What is expected — Extract from the entries below, exactly as given, only the lines from the line containing "#6=PRODUCT_DEFINITION('','',#4,#5);" to the line containing "#21=ORIENTED_EDGE('',*,*,#20,.T.);", both lines included.
━━━ The data ━━━
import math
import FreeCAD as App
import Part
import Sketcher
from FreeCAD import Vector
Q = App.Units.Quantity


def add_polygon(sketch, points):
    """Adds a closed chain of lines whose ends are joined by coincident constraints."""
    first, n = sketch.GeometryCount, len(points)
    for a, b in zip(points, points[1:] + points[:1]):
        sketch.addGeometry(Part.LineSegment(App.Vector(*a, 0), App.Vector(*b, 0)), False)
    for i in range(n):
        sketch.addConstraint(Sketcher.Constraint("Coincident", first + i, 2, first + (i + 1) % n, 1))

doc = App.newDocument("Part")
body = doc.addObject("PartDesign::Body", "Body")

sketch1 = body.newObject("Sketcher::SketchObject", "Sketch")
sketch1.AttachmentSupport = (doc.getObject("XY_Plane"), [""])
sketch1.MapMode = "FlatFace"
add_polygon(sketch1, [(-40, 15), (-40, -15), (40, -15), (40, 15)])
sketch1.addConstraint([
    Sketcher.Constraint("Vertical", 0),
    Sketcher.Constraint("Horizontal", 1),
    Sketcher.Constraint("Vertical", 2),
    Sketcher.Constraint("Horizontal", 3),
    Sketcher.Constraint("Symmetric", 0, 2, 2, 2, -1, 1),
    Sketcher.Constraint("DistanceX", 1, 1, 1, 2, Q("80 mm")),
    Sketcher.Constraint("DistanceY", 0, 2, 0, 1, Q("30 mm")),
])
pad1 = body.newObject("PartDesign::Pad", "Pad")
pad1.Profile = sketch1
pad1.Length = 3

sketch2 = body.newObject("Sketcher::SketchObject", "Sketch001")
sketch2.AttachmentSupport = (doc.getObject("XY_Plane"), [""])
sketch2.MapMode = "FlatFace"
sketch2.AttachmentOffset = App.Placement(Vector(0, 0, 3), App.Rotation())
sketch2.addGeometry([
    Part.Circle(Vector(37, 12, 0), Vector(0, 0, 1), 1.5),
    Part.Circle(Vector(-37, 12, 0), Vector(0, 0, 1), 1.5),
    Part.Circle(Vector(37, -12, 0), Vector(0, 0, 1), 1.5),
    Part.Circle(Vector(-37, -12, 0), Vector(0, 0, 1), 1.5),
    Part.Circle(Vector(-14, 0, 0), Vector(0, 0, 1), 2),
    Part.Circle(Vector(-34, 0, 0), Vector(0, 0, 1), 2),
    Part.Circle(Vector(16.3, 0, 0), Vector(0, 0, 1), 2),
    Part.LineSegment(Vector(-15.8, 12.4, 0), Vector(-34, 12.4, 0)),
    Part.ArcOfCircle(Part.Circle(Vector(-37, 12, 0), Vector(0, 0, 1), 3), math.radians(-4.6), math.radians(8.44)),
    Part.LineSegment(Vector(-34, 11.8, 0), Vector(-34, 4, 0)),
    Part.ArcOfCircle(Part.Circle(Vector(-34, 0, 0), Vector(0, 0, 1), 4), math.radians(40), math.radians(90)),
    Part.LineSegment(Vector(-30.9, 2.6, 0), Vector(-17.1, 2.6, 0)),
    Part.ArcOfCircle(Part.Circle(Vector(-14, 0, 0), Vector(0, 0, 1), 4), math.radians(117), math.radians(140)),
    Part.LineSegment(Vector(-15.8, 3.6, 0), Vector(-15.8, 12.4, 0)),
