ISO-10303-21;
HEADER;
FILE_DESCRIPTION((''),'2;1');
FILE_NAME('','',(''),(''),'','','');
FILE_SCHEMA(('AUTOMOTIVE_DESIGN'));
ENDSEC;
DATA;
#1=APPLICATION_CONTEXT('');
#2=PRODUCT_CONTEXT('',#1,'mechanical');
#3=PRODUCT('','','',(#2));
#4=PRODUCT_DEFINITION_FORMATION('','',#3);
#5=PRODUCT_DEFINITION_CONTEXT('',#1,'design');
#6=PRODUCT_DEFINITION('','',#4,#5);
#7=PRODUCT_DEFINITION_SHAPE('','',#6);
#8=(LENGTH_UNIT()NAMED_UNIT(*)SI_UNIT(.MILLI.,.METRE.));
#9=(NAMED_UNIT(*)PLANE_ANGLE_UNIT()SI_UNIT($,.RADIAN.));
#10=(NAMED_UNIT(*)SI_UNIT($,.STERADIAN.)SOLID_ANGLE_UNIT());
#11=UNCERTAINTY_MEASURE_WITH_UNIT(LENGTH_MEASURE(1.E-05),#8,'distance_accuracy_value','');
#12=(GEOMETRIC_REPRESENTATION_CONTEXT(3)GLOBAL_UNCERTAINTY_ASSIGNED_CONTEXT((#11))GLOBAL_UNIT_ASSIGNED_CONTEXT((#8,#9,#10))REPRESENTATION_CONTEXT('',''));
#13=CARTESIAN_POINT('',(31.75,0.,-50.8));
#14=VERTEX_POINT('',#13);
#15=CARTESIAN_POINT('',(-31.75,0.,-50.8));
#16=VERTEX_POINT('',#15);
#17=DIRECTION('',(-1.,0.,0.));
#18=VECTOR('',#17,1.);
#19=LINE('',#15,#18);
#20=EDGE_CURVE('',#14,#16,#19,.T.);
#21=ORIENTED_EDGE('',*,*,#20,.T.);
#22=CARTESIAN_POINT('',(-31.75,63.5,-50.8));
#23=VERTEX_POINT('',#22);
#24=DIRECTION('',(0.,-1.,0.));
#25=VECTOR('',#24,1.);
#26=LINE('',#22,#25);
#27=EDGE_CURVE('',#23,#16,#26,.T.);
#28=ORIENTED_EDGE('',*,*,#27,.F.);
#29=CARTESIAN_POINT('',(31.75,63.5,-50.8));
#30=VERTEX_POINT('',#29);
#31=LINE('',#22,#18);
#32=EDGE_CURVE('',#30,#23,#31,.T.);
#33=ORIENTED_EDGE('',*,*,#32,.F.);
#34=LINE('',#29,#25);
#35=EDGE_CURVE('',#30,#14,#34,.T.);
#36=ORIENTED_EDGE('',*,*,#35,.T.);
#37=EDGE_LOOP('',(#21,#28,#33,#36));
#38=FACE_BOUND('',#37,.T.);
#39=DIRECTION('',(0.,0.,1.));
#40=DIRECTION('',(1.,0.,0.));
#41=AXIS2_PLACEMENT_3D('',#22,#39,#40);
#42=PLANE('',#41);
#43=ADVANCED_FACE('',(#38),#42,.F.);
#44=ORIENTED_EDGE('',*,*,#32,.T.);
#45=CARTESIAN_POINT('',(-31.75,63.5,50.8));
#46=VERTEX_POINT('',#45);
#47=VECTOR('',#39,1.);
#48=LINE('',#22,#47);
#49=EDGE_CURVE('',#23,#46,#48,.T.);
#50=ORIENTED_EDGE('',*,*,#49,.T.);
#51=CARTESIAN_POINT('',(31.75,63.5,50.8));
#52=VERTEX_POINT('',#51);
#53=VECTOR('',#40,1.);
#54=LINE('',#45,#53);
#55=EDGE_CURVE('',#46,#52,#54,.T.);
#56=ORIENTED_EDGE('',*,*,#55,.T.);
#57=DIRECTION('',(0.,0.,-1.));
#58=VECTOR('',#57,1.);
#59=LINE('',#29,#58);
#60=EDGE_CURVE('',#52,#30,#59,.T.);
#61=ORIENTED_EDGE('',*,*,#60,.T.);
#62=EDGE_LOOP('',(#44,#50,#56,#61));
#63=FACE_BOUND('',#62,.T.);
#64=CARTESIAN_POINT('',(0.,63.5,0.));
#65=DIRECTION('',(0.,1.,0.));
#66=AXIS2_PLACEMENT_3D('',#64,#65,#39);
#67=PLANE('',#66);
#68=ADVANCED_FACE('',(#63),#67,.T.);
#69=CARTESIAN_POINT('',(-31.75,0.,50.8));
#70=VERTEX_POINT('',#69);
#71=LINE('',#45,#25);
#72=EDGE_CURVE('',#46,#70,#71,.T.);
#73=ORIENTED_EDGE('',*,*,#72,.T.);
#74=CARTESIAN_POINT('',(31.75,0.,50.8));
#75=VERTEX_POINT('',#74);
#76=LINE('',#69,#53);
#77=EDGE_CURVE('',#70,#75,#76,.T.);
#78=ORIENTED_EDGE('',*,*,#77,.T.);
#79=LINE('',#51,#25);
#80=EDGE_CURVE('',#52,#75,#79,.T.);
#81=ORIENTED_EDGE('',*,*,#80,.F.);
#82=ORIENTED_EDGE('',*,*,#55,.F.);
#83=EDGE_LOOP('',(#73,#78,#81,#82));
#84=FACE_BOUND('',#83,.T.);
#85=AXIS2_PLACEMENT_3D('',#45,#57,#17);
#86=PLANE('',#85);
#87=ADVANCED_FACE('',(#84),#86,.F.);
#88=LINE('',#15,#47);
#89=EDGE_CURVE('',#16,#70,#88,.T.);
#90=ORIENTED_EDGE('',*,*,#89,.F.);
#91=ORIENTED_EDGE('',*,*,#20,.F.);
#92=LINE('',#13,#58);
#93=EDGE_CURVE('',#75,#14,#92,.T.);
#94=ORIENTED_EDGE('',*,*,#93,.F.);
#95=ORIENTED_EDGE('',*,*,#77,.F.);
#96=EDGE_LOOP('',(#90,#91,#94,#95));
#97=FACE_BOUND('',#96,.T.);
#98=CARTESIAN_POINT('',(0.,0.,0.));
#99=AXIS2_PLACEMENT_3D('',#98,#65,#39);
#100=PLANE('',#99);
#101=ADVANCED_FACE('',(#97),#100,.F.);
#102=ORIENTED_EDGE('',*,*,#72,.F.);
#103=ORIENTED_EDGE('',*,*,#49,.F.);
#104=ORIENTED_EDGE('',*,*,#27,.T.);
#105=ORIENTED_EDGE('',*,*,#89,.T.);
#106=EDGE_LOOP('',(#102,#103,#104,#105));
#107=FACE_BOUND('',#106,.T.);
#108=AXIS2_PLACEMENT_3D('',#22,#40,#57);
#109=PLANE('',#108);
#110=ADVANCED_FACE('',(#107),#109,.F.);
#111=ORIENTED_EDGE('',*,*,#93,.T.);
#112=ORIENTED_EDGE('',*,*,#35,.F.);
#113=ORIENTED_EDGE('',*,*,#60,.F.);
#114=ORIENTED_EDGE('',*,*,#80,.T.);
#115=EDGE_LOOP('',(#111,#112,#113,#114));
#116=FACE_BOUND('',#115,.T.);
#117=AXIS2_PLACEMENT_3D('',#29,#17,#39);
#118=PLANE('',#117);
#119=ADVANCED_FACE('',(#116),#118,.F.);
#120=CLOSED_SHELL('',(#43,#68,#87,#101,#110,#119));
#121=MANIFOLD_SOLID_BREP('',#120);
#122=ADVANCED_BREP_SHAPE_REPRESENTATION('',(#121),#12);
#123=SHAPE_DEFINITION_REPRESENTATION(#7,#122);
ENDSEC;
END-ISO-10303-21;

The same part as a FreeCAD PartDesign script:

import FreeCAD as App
import Part
import Sketcher

V = App.Vector
Q = App.Units.Quantity

doc = App.newDocument("Part")
body = doc.addObject("PartDesign::Body", "Body")

# Sketch on XZ plane
sketch1 = body.newObject("Sketcher::SketchObject", "Sketch")
sketch1.AttachmentSupport = (doc.getObject("XZ_Plane"), [""])
sketch1.MapMode = "FlatFace"
sketch1.addGeometry(Part.LineSegment(V(-31.75, -50.8, 0), V(-31.75, 50.8, 0)), False)
sketch1.addGeometry(Part.LineSegment(V(-31.75, 50.8, 0), V(31.75, 50.8, 0)), False)
sketch1.addGeometry(Part.LineSegment(V(31.75, 50.8, 0), V(31.75, -50.8, 0)), False)
sketch1.addGeometry(Part.LineSegment(V(31.75, -50.8, 0), V(-31.75, -50.8, 0)), False)
sketch1.addConstraint(Sketcher.Constraint("Coincident", 0, 2, 1, 1))
sketch1.addConstraint(Sketcher.Constraint("Coincident", 1, 2, 2, 1))
sketch1.addConstraint(Sketcher.Constraint("Coincident", 2, 2, 3, 1))
sketch1.addConstraint(Sketcher.Constraint("Coincident", 3, 2, 0, 1))
sketch1.addConstraint(Sketcher.Constraint("Vertical", 0))
sketch1.addConstraint(Sketcher.Constraint("Horizontal", 1))
sketch1.addConstraint(Sketcher.Constraint("Vertical", 2))
sketch1.addConstraint(Sketcher.Constraint("Horizontal", 3))
sketch1.addConstraint(Sketcher.Constraint("Symmetric", 0, 2, 2, 2, -1, 1))
sketch1.addConstraint(Sketcher.Constraint("DistanceY", 0, 1, 0, 2, Q("4 in")))
sketch1.addConstraint(Sketcher.Constraint("DistanceX", 1, 1, 1, 2, Q("2.5 in")))
pad1 = body.newObject("PartDesign::Pad", "Pad")
pad1.Profile = sketch1
pad1.Length = Q("2.5 in")
pad1.Reversed = True

doc.recompute()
━━━
Response area —
#6=PRODUCT_DEFINITION('','',#4,#5);
#7=PRODUCT_DEFINITION_SHAPE('','',#6);
#8=(LENGTH_UNIT()NAMED_UNIT(*)SI_UNIT(.MILLI.,.METRE.));
#9=(NAMED_UNIT(*)PLANE_ANGLE_UNIT()SI_UNIT($,.RADIAN.));
#10=(NAMED_UNIT(*)SI_UNIT($,.STERADIAN.)SOLID_ANGLE_UNIT());
#11=UNCERTAINTY_MEASURE_WITH_UNIT(LENGTH_MEASURE(1.E-05),#8,'distance_accuracy_value','');
#12=(GEOMETRIC_REPRESENTATION_CONTEXT(3)GLOBAL_UNCERTAINTY_ASSIGNED_CONTEXT((#11))GLOBAL_UNIT_ASSIGNED_CONTEXT((#8,#9,#10))REPRESENTATION_CONTEXT('',''));
#13=CARTESIAN_POINT('',(31.75,0.,-50.8));
#14=VERTEX_POINT('',#13);
#15=CARTESIAN_POINT('',(-31.75,0.,-50.8));
#16=VERTEX_POINT('',#15);
#17=DIRECTION('',(-1.,0.,0.));
#18=VECTOR('',#17,1.);
#19=LINE('',#15,#18);
#20=EDGE_CURVE('',#14,#16,#19,.T.);
#21=ORIENTED_EDGE('',*,*,#20,.T.);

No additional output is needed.